Speeding up ML Studio batch inference startup time

Question

Speeding up ML Studio batch inference startup time

David-3633 131

I'm trying to use Azure ML Studio batch inference but running into a problem with how slow startup is. I understand that the first startup will be slow (it takes about 8 minutes), since Azure has to provision a new compute instance and pull the docker image. However subsequent inference requests (before the compute instance times out) are still very slow (over 3 minutes). Looking through the logs, this is because it pulls the (fairly large) docker image from the registry every time, without caching it locally, even though the environment and scoring script are identical. How can I solve this?

(While 3 minutes may not seem like too long, I wanted to use fairly small batches, so it is a significant proportion of the time. And I can't use always online endpoints since I have multiple models requiring GPUs, which Azure doesn't allow sharing)

Ramr-msft 17,836 Reputation points

2022-06-20T15:50:00.857+00:00

@David-3633 Thanks for the question.
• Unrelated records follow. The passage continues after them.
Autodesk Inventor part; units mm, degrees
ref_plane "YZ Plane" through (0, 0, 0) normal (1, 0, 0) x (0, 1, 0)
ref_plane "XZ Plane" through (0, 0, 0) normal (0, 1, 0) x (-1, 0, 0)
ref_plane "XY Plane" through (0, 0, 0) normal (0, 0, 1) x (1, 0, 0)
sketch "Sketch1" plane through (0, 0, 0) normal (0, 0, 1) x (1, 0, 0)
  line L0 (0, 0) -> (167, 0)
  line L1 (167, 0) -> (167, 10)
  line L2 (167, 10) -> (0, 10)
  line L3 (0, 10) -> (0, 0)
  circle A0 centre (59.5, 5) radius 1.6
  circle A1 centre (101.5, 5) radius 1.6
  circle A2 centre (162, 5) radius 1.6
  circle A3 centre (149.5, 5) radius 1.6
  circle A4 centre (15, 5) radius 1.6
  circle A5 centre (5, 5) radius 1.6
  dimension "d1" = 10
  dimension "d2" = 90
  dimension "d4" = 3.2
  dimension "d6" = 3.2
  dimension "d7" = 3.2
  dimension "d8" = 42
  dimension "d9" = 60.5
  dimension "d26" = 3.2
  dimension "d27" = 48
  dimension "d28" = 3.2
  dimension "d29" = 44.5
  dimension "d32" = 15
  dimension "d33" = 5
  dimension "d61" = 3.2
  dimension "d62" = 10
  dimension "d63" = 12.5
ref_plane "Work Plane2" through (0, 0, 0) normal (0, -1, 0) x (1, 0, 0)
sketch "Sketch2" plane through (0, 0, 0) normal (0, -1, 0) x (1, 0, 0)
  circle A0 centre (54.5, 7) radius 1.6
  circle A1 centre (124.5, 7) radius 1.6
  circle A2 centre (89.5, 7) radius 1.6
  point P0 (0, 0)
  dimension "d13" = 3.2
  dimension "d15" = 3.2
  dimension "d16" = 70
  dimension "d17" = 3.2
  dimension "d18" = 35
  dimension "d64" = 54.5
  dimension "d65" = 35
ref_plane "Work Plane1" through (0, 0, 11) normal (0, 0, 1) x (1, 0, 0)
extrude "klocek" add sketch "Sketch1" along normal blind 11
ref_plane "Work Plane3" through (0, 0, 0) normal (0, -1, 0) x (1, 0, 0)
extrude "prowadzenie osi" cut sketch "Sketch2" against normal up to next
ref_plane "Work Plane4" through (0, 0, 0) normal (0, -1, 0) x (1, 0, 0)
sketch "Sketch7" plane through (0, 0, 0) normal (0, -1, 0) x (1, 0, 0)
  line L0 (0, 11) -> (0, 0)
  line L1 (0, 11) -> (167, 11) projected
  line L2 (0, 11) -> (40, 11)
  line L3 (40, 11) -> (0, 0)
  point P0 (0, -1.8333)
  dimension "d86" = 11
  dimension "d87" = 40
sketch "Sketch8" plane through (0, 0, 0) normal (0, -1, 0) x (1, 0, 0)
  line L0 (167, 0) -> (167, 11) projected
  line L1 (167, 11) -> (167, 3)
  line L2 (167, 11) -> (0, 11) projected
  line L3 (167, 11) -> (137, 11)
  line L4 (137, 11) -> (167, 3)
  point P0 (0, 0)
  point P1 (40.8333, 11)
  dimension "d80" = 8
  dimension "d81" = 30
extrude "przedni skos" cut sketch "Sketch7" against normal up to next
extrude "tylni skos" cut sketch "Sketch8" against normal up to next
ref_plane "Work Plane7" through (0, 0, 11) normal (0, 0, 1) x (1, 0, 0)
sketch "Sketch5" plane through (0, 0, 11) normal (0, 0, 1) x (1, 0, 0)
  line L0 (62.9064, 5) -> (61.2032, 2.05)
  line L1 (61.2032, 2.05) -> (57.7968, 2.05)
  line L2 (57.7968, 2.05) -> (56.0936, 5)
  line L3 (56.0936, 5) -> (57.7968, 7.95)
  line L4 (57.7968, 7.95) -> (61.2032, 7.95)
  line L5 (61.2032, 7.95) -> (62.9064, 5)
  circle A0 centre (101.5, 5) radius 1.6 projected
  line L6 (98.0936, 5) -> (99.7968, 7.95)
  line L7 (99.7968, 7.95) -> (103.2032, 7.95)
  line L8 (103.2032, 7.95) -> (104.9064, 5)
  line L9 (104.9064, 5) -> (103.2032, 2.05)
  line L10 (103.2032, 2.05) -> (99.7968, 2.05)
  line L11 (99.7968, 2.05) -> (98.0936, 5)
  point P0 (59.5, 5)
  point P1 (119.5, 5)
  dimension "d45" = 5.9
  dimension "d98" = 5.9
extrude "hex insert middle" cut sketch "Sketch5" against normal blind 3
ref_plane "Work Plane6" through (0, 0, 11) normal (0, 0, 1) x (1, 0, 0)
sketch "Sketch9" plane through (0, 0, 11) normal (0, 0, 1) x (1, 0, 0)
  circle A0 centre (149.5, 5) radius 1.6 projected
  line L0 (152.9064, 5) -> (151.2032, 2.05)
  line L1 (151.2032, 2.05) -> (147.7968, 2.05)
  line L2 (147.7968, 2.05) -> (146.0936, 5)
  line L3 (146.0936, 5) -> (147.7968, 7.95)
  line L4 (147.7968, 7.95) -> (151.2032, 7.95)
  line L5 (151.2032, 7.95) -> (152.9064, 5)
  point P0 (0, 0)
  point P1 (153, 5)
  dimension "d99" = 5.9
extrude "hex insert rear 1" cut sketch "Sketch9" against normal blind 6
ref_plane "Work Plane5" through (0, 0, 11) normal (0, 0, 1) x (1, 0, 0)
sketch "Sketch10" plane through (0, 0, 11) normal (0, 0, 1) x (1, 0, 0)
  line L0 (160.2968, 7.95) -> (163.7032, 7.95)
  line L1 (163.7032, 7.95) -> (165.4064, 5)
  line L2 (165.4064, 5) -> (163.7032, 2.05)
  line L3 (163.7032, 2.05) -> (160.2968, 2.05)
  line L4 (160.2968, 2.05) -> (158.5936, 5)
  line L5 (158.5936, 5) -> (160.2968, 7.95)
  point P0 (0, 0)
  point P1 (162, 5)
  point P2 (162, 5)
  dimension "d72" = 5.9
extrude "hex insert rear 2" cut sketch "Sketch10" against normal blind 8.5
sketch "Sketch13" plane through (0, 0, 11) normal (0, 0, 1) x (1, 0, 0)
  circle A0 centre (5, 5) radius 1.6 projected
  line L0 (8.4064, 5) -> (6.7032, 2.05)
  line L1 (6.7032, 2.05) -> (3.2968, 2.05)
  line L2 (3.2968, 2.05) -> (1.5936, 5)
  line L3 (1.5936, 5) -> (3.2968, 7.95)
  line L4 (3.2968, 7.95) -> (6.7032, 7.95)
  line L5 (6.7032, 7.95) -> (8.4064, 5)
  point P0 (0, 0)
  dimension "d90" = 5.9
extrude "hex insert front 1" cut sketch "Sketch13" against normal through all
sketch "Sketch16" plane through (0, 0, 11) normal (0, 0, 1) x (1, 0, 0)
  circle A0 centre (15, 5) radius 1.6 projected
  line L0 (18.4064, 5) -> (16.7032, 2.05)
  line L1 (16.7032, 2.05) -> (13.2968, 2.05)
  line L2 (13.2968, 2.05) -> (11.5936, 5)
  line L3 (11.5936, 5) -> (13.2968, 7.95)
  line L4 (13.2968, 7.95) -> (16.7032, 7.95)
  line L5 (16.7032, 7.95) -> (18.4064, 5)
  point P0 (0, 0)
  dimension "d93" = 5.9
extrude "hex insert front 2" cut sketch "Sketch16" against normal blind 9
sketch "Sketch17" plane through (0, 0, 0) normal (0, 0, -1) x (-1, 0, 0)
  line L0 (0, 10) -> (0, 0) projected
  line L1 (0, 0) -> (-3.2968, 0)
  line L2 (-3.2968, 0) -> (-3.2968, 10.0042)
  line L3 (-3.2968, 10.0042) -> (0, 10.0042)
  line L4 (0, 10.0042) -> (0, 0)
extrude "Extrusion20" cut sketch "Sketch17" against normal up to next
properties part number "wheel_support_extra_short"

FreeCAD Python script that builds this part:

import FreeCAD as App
import Part
import Sketcher
from FreeCAD import Vector
Q = App.Units.Quantity

doc = App.newDocument("Part")
body = doc.addObject("PartDesign::Body", "Body")

# Sketch on XY plane
sketch1 = body.newObject("Sketcher::SketchObject", "Sketch")
sketch1.AttachmentSupport = (doc.getObject("XY_Plane"), [""])
sketch1.MapMode = "FlatFace"
sketch1.addGeometry([
    Part.LineSegment(Vector(0, 10, 0), Vector(0, 0, 0)),  # 0
    Part.LineSegment(Vector(0, 0, 0), Vector(167, 0, 0)),  # 1
    Part.LineSegment(Vector(167, 0, 0), Vector(167, 10, 0)),  # 2
    Part.LineSegment(Vector(167, 10, 0), Vector(0, 10, 0)),  # 3
    Part.Circle(Vector(5, 5, 0), Vector(0, 0, 1), 1.6),  # 4
    Part.Circle(Vector(15, 5, 0), Vector(0, 0, 1), 1.6),  # 5
    Part.Circle(Vector(59.5, 5, 0), Vector(0, 0, 1), 1.6),  # 6
    Part.Circle(Vector(101.5, 5, 0), Vector(0, 0, 1), 1.6),  # 7
    Part.Circle(Vector(149.5, 5, 0), Vector(0, 0, 1), 1.6),  # 8
    Part.Circle(Vector(162, 5, 0), Vector(0, 0, 1), 1.6),  # 9
], False)
sketch1.addConstraint([
    Sketcher.Constraint("Coincident", 0, 2, 1, 1),
    Sketcher.Constraint("Coincident", 1, 2, 2, 1),
    Sketcher.Constraint("Coincident", 2, 2, 3, 1),
    Sketcher.Constraint("Coincident", 3, 2, 0, 1),
    Sketcher.Constraint("Vertical", 0),
    Sketcher.Constraint("Horizontal", 1),
    Sketcher.Constraint("Vertical", 2),
    Sketcher.Constraint("Horizontal", 3),
    Sketcher.Constraint("Coincident", 0, 2, -1, 1),
    Sketcher.Constraint("Equal", 4, 5),
    Sketcher.Constraint("Equal", 5, 6),
    Sketcher.Constraint("Equal", 6, 7),
    Sketcher.Constraint("Equal", 7, 8),
    Sketcher.Constraint("Equal", 8, 9),
    Sketcher.Constraint("Horizontal", 4, 3, 5, 3),
    Sketcher.Constraint("Horizontal", 5, 3, 6, 3),
    Sketcher.Constraint("Horizontal", 6, 3, 7, 3),
    Sketcher.Constraint("Horizontal", 7, 3, 8, 3),
    Sketcher.Constraint("Horizontal", 8, 3, 9, 3),
    Sketcher.Constraint("Diameter", 4, Q("3.2 mm")),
We have forwarded to the product team to check on this.
Ramr-msft 17,836 Reputation points

2022-06-22T03:31:11.763+00:00

@David-3633 Thanks for the feedback, Please share details of your experiment and issue from the ml.azure.com portal for an engineer to lookup the issue for more investigation?. This option is available from the top right hand corner of the portal by clicking the smiley face, Please select the option Microsoft can email you about the feedback along with a screen shot so our service team can lookup and advise through email.
David-3633 131 Reputation points

2022-06-22T13:30:22.663+00:00

Hello @Ramr-msft , thanks for your reply. I've replicated the issue and sent feedback, including the link to this question.